Entrar Via

Cuando el Anillo Cayó al Polvo romance Capítulo 935

Sabrina le dio unas palmadas tranquilizadoras en la mano a Joana.

Joana también recordó lo importante:

—Cierto, este asunto todavía está pendiente. Sabrina, ¿qué piensas hacer?

—Por mi parte, voy a aclarar todo sobre el Festival Nacional. Jamás te ayudé por debajo del agua —Sabrina meditó un momento—. Además, lo de nuestra colaboración con la fábrica textil también se hizo por los canales correctos. Si quieren pruebas, que empiecen por la fábrica con la que trabajabas antes.

Al decir esto, Sabrina sintió un leve dolor de cabeza.

Tener tantos problemas acumulados así, de verdad le revolvía el ánimo.

Joana continuó:

—Yo ya le pedí a Paulina que recolecte pruebas, pero a ese bloguero… todavía no logramos contactarlo.

—Pues mejor ni lo busquen.

Sabrina hizo un ademán decidido con la mano:

—Saquen las pruebas ya. Que todos las vean y juzguen quién dice la verdad. No puede ser que cualquiera venga a inventar cosas y ensuciar tu nombre nada más porque sí.

La mirada de Joana se tornó seria:

—Eso mismo pensaba. Además, voy a demandar a ese bloguero.

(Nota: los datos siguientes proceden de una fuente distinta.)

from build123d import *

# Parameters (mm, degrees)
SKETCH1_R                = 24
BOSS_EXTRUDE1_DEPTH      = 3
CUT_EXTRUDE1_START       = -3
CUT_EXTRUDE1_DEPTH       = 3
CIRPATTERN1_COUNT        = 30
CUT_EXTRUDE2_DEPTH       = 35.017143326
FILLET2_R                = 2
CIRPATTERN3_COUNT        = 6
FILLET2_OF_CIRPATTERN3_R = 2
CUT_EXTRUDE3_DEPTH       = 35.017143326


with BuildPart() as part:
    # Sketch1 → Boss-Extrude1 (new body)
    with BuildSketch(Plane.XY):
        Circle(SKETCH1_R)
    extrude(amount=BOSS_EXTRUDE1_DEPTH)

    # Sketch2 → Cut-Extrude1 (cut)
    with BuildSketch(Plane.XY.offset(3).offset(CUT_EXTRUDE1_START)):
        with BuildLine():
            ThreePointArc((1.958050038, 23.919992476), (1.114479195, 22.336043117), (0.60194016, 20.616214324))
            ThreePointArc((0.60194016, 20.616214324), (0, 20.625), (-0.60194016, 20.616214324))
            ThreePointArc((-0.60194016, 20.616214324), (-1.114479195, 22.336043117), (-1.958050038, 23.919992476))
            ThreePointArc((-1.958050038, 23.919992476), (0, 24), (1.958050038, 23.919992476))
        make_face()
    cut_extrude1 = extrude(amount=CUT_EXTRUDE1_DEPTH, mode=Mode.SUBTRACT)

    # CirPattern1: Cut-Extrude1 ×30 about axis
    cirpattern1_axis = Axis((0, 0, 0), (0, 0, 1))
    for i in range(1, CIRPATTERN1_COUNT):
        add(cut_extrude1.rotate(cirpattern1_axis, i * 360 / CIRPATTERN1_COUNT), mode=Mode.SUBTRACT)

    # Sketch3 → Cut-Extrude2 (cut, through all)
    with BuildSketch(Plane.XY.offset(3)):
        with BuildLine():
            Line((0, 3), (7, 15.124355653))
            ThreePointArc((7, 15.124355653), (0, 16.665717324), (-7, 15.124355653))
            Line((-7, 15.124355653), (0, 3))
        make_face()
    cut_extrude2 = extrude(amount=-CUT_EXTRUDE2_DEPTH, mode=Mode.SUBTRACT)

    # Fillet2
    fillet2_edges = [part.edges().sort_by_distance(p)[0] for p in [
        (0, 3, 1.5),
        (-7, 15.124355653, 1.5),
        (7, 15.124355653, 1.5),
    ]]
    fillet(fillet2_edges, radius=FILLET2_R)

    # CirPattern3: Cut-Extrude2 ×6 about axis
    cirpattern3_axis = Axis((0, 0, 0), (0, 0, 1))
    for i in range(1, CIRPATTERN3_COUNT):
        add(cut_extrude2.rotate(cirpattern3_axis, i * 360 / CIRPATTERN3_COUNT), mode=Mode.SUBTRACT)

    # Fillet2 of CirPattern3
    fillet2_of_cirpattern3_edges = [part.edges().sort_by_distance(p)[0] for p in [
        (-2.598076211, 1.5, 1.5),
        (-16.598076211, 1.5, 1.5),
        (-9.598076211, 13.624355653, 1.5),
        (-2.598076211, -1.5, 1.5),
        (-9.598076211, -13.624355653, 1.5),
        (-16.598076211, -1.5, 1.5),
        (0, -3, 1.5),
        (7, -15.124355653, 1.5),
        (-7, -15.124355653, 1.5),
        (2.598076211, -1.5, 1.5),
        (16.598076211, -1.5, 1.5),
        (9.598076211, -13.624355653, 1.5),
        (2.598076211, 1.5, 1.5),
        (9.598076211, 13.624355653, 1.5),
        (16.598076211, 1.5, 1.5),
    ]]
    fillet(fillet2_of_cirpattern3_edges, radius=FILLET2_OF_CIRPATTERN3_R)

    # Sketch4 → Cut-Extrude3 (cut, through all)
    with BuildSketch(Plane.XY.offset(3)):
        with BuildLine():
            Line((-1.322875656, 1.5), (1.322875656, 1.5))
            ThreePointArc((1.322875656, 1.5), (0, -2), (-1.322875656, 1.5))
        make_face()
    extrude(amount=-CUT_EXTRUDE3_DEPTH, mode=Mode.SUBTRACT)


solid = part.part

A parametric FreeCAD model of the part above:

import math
import FreeCAD as App
import Part
import Sketcher

V = App.Vector
Q = App.Units.Quantity


def edges_at(feature, points):
    """Names of the edges that pass closest to the given points."""
    edges = feature.Shape.Edges
    near = lambda p: min(range(len(edges)), key=lambda i: edges[i].distToShape(Part.Vertex(*p))[0])
    return sorted({f"Edge{near(p) + 1}" for p in points})

doc = App.newDocument("Part")
body = doc.addObject("PartDesign::Body", "Body")

sketch1 = doc.addObject("Sketcher::SketchObject", "Sketch")
body.addObject(sketch1)
sketch1.AttachmentSupport = (doc.XY_Plane, [""])
sketch1.MapMode = "FlatFace"
sketch1.addGeometry(Part.Circle(V(0, 0, 0), V(0, 0, 1), 24), False)
sketch1.addConstraint([
    Sketcher.Constraint("Coincident", 0, 3, -1, 1),
    Sketcher.Constraint("Diameter", 0, Q("48 mm")),
])
pad1 = doc.addObject("PartDesign::Pad", "Pad")
body.addObject(pad1)
pad1.Profile = sketch1
pad1.Length = 3

sketch2 = doc.addObject("Sketcher::SketchObject", "Sketch001")
body.addObject(sketch2)
sketch2.AttachmentSupport = (doc.XY_Plane, [""])
sketch2.MapMode = "FlatFace"
sketch2.addGeometry([
    Part.ArcOfCircle(Part.Circle(V(9.440365, 18.918496, 0), V(0, 0, 1), 9), math.radians(146.239556), math.radians(169.126846)),
    Part.ArcOfCircle(Part.Circle(V(0, 0, 0), V(0, 0, 1), 24), math.radians(85.320299), math.radians(94.679701)),
    Part.ArcOfCircle(Part.Circle(V(-9.440365, 18.918496, 0), V(0, 0, 1), 9), math.radians(10.873154), math.radians(33.760444)),
    Part.ArcOfCircle(Part.Circle(V(0, -0.000001, 0), V(0, 0, 1), 20.625001), math.radians(88.327587), math.radians(91.672413)),
], False)
sketch2.addConstraint([
    Sketcher.Constraint("Coincident", 0, 1, 1, 1),
    Sketcher.Constraint("Coincident", 1, 2, 2, 2),
    Sketcher.Constraint("Coincident", 2, 1, 3, 2),
    Sketcher.Constraint("Coincident", 3, 1, 0, 2),
    Sketcher.Constraint("Coincident", 1, 3, -1, 1),
    Sketcher.Constraint("Coincident", 3, 3, -1, 1),
    Sketcher.Constraint("Equal", 0, 2),
    Sketcher.Constraint("Symmetric", 0, 3, 2, 3, -2),
    Sketcher.Constraint("Radius", 0, Q("9 mm")),
    Sketcher.Constraint("Radius", 1, Q("24 mm")),
    Sketcher.Constraint("Radius", 3, Q("20.625001 mm")),
    Sketcher.Constraint("DistanceX", 1, 2, 0, 1, Q("3.9161 mm")),
    Sketcher.Constraint("DistanceX", 2, 1, -1, 1, Q("0.60194 mm")),
])
pocket1 = doc.addObject("PartDesign::Pocket", "Pocket")
body.addObject(pocket1)
pocket1.Profile = sketch2
pocket1.Length = 3
pocket1.Reversed = True
doc.recompute()

polarpattern = doc.addObject("PartDesign::PolarPattern", "PolarPattern")
body.addObject(polarpattern)
polarpattern.Originals = [pocket1]
polarpattern.Axis = (doc.Z_Axis, [""])
polarpattern.Angle = 360
polarpattern.Occurrences = 30
body.Tip = polarpattern

sketch3 = doc.addObject("Sketcher::SketchObject", "Sketch002")
body.addObject(sketch3)
sketch3.AttachmentSupport = (doc.XY_Plane, [""])
sketch3.MapMode = "FlatFace"
sketch3.AttachmentOffset = App.Placement(V(0, 0, 3), App.Rotation())
sketch3.addGeometry([
    Part.LineSegment(V(0, 3, 0), V(7, 15.124356, 0)),
    Part.ArcOfCircle(Part.Circle(V(0, 0, 0), V(0, 0, 1), 16.665717), math.radians(65.163902), math.radians(114.836098)),
    Part.LineSegment(V(-7, 15.124356, 0), V(0, 3, 0)),
], False)
sketch3.addConstraint([
    Sketcher.Constraint("Coincident", 0, 2, 1, 1),
    Sketcher.Constraint("Coincident", 1, 2, 2, 1),
    Sketcher.Constraint("Coincident", 2, 2, 0, 1),
    Sketcher.Constraint("Coincident", 1, 3, -1, 1),
    Sketcher.Constraint("PointOnObject", 2, 2, -2),
    Sketcher.Constraint("Horizontal", 0, 2, 1, 2),
    Sketcher.Constraint("Angle", 0, Q("60 deg")),
    Sketcher.Constraint("Distance", 0, Q("14 mm")),
    Sketcher.Constraint("DistanceY", -1, 1, 2, 2, Q("3 mm")),
])
pocket2 = doc.addObject("PartDesign::Pocket", "Pocket001")
body.addObject(pocket2)
pocket2.Profile = sketch3
pocket2.Type = "ThroughAll"
doc.recompute()

fillet = doc.addObject("PartDesign::Fillet", "Fillet")
body.addObject(fillet)
fillet.Base = (pocket2, edges_at(pocket2, [(0, 3, 1.5), (-7, 15.124, 1.5), (7, 15.124, 1.5)]))
fillet.Radius = 2
doc.recompute()

polarpattern2 = doc.addObject("PartDesign::PolarPattern", "PolarPattern001")
body.addObject(polarpattern2)
polarpattern2.Originals = [pocket2]
polarpattern2.Axis = (doc.Z_Axis, [""])
polarpattern2.Angle = 360
polarpattern2.Occurrences = 6
body.Tip = polarpattern2
doc.recompute()

fillet2 = doc.addObject("PartDesign::Fillet", "Fillet001")
body.addObject(fillet2)
fillet2.Base = (polarpattern2, edges_at(polarpattern2, [
    (-2.598, 1.5, 1.5),
    (-16.598, 1.5, 1.5),
    (-9.598, 13.624, 1.5),
    (-2.598, -1.5, 1.5),
    (-9.598, -13.624, 1.5),
    (-16.598, -1.5, 1.5),
    (0, -3, 1.5),
    (7, -15.124, 1.5),
    (-7, -15.124, 1.5),
    (2.598, -1.5, 1.5),
    (16.598, -1.5, 1.5),
    (9.598, -13.624, 1.5),
    (2.598, 1.5, 1.5),
    (9.598, 13.624, 1.5),
    (16.598, 1.5, 1.5),
]))
fillet2.Radius = 2

sketch4 = doc.addObject("Sketcher::SketchObject", "Sketch003")
body.addObject(sketch4)
sketch4.AttachmentSupport = (doc.XY_Plane, [""])
sketch4.MapMode = "FlatFace"
sketch4.AttachmentOffset = App.Placement(V(0, 0, 3), App.Rotation())
sketch4.addGeometry([
    Part.LineSegment(V(1.322876, 1.5, 0), V(-1.322876, 1.5, 0)),
    Part.ArcOfCircle(Part.Circle(V(0, 0, 0), V(0, 0, 1), 2), math.radians(131.409622), math.radians(408.590378)),
], False)
sketch4.addConstraint([
    Sketcher.Constraint("Coincident", 0, 1, 1, 2),
    Sketcher.Constraint("Coincident", 1, 1, 0, 2),
    Sketcher.Constraint("Horizontal", 0),
    Sketcher.Constraint("Coincident", 1, 3, -1, 1),
    Sketcher.Constraint("Radius", 1, Q("2 mm")),
    Sketcher.Constraint("DistanceY", -1, 1, 0, 1, Q("1.5 mm")),
])
pocket3 = doc.addObject("PartDesign::Pocket", "Pocket002")
body.addObject(pocket3)
pocket3.Profile = sketch4
pocket3.Type = "ThroughAll"

doc.recompute()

—Justo lo que yo tenía en mente.

Sabrina y Joana se cruzaron una mirada, y sin decir nada, supieron exactamente lo que la otra pensaba.

Joana sonrió con calidez:

—Por eso me gusta tanto convivir contigo. Después de tanto tiempo, solo tú me entiendes así.

—Por eso soy tu compañera, ¿no?

Joana apenas esbozó una risa.

A pesar de todo lo que habían pasado, el lazo entre ellas no hacía más que fortalecerse, sin señales de romperse.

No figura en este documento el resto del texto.